一聲慘叫驟然從那草坪裏響起。
林大虎和林小豹驚了一跳。
就見一隻受傷的貉跑了出來,飛快逃走。
見狀,林大虎和林小豹立即舉起手裏的弓箭,瞄準那隻貉。
譚飛道:“不用打它了,它半個身子都被蛇吞了進去,全身都是蛇毒。”
“嗯!”
林大虎和林小豹看向那片的草叢。
裏頭還有撲騰撲騰的聲音,林小豹拿出手電筒照去,但不敢過去。
林大虎膽子大一點,快步走去,一把掀開草叢,就看到一條蛇被譚飛的箭矢紮在地上,正在草叢裏麵撲棱著。
“好家夥!這蛇有點大!”說著,林大虎就要伸手去拔箭。
譚飛立即道:“別碰它!當心點!或者給它再來一下!”
他以前在報紙上看過,說是國外一個大廚在做蛇肉的時候砍下了蛇的腦袋放在旁邊,結果這個已經被砍下來的蛇腦袋,竟然又咬了他一口,給他毒死了。

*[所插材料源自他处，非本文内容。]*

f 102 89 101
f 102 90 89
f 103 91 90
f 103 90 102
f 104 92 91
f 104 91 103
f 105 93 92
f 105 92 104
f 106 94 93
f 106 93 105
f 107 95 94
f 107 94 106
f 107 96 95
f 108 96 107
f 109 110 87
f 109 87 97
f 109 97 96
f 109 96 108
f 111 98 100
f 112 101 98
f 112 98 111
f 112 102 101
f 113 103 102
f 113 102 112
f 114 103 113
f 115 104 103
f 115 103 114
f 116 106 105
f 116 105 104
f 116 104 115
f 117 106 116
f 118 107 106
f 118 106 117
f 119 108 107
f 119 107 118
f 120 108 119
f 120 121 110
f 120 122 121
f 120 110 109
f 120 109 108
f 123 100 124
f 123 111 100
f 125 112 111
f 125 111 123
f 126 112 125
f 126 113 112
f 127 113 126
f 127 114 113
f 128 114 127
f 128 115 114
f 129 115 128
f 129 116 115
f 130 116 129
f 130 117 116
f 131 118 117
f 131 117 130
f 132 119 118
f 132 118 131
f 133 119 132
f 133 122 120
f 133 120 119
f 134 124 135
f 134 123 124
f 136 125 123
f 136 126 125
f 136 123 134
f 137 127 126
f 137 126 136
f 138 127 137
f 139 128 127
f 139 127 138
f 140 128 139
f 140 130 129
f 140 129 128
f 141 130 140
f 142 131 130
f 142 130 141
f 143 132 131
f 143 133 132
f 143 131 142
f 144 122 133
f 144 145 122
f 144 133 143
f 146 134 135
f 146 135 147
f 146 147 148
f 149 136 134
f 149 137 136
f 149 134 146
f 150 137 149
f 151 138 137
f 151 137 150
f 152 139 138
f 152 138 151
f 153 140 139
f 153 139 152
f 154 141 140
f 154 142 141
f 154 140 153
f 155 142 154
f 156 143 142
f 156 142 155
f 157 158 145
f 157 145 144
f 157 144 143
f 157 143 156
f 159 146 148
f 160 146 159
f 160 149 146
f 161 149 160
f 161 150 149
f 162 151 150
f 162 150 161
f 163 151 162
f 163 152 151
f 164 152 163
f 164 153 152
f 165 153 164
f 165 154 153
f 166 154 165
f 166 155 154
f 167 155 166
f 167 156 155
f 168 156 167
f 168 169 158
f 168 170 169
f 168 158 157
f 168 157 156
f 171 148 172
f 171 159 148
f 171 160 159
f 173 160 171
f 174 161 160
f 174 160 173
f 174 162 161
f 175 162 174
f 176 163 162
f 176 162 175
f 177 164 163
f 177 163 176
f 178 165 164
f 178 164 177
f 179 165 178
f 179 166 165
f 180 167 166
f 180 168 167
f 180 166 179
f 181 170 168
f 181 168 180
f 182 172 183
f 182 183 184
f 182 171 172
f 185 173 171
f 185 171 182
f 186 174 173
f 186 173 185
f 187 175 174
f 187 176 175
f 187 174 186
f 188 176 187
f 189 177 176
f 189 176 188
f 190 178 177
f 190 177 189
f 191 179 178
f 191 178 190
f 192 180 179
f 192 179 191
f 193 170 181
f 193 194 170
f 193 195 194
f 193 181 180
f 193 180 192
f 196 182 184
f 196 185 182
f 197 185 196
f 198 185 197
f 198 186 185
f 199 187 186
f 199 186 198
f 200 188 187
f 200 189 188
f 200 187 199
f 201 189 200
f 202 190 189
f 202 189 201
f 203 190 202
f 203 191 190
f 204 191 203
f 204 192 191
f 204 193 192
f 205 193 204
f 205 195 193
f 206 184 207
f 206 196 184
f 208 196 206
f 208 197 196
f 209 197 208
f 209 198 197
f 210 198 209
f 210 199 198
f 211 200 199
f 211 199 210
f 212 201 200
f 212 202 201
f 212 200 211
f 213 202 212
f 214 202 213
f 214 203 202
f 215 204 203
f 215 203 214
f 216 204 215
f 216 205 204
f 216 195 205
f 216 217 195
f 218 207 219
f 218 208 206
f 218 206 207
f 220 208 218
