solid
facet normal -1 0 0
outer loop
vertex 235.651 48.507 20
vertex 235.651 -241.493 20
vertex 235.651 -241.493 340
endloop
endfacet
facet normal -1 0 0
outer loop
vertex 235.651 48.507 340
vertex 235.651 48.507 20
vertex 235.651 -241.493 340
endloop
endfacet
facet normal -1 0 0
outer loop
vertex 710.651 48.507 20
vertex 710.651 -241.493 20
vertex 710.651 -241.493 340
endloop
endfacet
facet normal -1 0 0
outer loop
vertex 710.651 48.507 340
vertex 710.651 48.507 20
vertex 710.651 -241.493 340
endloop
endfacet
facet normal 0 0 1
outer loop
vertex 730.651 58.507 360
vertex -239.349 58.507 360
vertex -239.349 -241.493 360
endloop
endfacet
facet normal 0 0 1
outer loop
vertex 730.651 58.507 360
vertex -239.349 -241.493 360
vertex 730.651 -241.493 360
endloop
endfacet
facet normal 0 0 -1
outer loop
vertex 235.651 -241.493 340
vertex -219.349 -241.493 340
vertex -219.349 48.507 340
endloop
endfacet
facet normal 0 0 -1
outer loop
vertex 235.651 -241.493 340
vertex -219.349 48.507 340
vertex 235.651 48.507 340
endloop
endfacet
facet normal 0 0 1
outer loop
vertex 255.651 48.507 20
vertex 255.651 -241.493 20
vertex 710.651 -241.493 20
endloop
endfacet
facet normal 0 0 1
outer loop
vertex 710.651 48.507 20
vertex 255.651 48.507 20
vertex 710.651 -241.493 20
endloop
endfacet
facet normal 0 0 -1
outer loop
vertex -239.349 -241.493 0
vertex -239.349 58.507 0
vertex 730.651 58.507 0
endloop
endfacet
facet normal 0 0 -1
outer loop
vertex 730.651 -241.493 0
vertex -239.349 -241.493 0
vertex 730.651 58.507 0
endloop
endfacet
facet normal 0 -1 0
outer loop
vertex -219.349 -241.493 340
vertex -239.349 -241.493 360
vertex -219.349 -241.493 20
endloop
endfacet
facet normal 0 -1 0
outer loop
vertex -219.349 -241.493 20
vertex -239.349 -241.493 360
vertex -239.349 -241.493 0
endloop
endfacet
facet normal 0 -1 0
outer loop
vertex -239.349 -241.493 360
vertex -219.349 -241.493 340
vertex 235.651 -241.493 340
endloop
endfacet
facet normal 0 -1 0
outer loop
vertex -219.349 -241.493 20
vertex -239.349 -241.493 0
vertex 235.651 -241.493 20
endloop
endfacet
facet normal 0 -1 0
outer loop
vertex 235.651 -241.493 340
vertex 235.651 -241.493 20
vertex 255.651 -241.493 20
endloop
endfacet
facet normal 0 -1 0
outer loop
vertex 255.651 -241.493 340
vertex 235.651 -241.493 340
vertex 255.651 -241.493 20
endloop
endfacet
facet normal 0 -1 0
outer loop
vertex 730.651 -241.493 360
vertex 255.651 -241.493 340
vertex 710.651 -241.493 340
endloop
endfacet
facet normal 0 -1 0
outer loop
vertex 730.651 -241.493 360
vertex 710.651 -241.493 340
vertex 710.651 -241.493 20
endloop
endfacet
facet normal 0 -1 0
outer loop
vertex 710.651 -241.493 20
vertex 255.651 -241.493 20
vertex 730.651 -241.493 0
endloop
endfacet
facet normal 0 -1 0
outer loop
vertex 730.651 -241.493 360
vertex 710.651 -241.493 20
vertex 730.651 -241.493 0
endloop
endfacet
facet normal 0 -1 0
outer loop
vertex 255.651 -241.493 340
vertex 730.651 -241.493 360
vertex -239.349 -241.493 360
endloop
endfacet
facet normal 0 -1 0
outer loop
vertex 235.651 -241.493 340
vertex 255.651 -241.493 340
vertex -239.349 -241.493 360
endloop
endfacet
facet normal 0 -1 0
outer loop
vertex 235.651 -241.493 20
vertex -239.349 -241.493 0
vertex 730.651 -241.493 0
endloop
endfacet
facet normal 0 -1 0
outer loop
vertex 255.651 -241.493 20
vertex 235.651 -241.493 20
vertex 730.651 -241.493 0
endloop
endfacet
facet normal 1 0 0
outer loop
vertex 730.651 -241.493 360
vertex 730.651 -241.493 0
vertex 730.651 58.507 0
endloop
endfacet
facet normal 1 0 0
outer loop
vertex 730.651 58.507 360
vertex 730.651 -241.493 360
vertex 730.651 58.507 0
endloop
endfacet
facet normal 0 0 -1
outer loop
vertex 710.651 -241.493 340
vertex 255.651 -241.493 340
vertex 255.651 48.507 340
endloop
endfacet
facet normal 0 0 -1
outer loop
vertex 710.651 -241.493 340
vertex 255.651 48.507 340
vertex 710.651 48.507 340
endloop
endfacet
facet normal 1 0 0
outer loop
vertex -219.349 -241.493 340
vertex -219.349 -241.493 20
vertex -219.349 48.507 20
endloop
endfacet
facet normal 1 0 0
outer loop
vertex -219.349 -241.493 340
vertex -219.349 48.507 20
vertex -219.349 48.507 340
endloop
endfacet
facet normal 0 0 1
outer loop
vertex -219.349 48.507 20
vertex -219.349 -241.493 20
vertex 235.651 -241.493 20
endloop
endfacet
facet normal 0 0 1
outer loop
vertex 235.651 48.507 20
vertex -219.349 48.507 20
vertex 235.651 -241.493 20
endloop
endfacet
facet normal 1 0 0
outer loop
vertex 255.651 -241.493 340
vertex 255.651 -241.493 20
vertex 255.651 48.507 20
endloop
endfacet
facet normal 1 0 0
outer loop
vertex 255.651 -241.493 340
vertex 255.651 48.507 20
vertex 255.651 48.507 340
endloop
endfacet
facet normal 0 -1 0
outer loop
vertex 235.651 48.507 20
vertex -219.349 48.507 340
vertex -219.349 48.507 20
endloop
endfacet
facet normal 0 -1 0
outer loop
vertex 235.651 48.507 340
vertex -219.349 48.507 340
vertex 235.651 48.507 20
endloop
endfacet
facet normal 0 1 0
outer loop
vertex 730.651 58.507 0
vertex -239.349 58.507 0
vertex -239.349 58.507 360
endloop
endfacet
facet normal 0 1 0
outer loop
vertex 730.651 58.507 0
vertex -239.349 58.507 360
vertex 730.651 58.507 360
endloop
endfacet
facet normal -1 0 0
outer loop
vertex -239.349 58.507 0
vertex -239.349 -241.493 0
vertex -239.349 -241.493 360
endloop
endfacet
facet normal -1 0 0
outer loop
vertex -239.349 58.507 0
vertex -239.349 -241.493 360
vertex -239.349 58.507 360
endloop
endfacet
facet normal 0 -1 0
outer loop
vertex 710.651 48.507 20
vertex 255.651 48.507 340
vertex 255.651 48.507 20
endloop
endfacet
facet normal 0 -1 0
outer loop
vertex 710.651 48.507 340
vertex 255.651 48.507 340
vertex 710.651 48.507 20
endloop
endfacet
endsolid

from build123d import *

# Parameters (mm, degrees)
F0_W     = 970
F0_H     = 300
F1_DEPTH = 360
F2_W     = 455
F2_H     = 320
F3_DEPTH = 290
F4_W     = 455
F4_H     = 320
F5_DEPTH = 290


with BuildPart() as f1:
    # F0 (on Top) → F1 (new body)
    with BuildSketch(Plane.XY):
        with Locations((245.651422, -91.493237)):
            Rectangle(F0_W, F0_H)
    extrude(amount=F1_DEPTH)

    # F2 (on face) → F3 (cut)
    with BuildSketch(Plane.XZ.offset(241.493237)):
        with Locations((8.151422, 180)):
            Rectangle(F2_W, F2_H)
    extrude(amount=-F3_DEPTH, mode=Mode.SUBTRACT)

    # F4 (on face) → F5 (cut)
    with BuildSketch(Plane.XZ.offset(241.493237)):
        with Locations((483.151422, 180)):
            Rectangle(F4_W, F4_H)
    extrude(amount=-F5_DEPTH, mode=Mode.SUBTRACT)


solid = f1.part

包括還有一些報紙上說,不少地方有活釀毒蛇藥酒的習慣,結果釀了很久,開壇喝酒,那在酒水裏泡了百來天的蛇竟然還活著,衝出來就要咬人。
譚飛真不怕豺狼虎豹,但對於蛇,他不敢冒險。
“好說!”林大虎膽子比天大,立即抽出隨身帶著的砍刀,對著蛇的腦袋就砍了下去。
然後立即用鞋底去撥土,給那蛇頭埋了。
蛇尾撲騰了會兒,消停了。
林大虎拾起蛇來:“師父,咱們自己做藥酒,還是拿去公社?”
林小豹先舉起手:“拿去公社吧,這藥酒不吃也罷!下不去嘴!”
譚飛無所謂,收起弓箭:“你們說了算。”
林大虎往後麵的竹簍一甩:“嗯,那就聽豹子的!”
但說來也巧,這一下碰到了蛇,接下去,遇到蛇的概率似乎變大了。
除了剛才那條毒蛇,接下去他們又捉了幾條,其中還有一條竹葉青。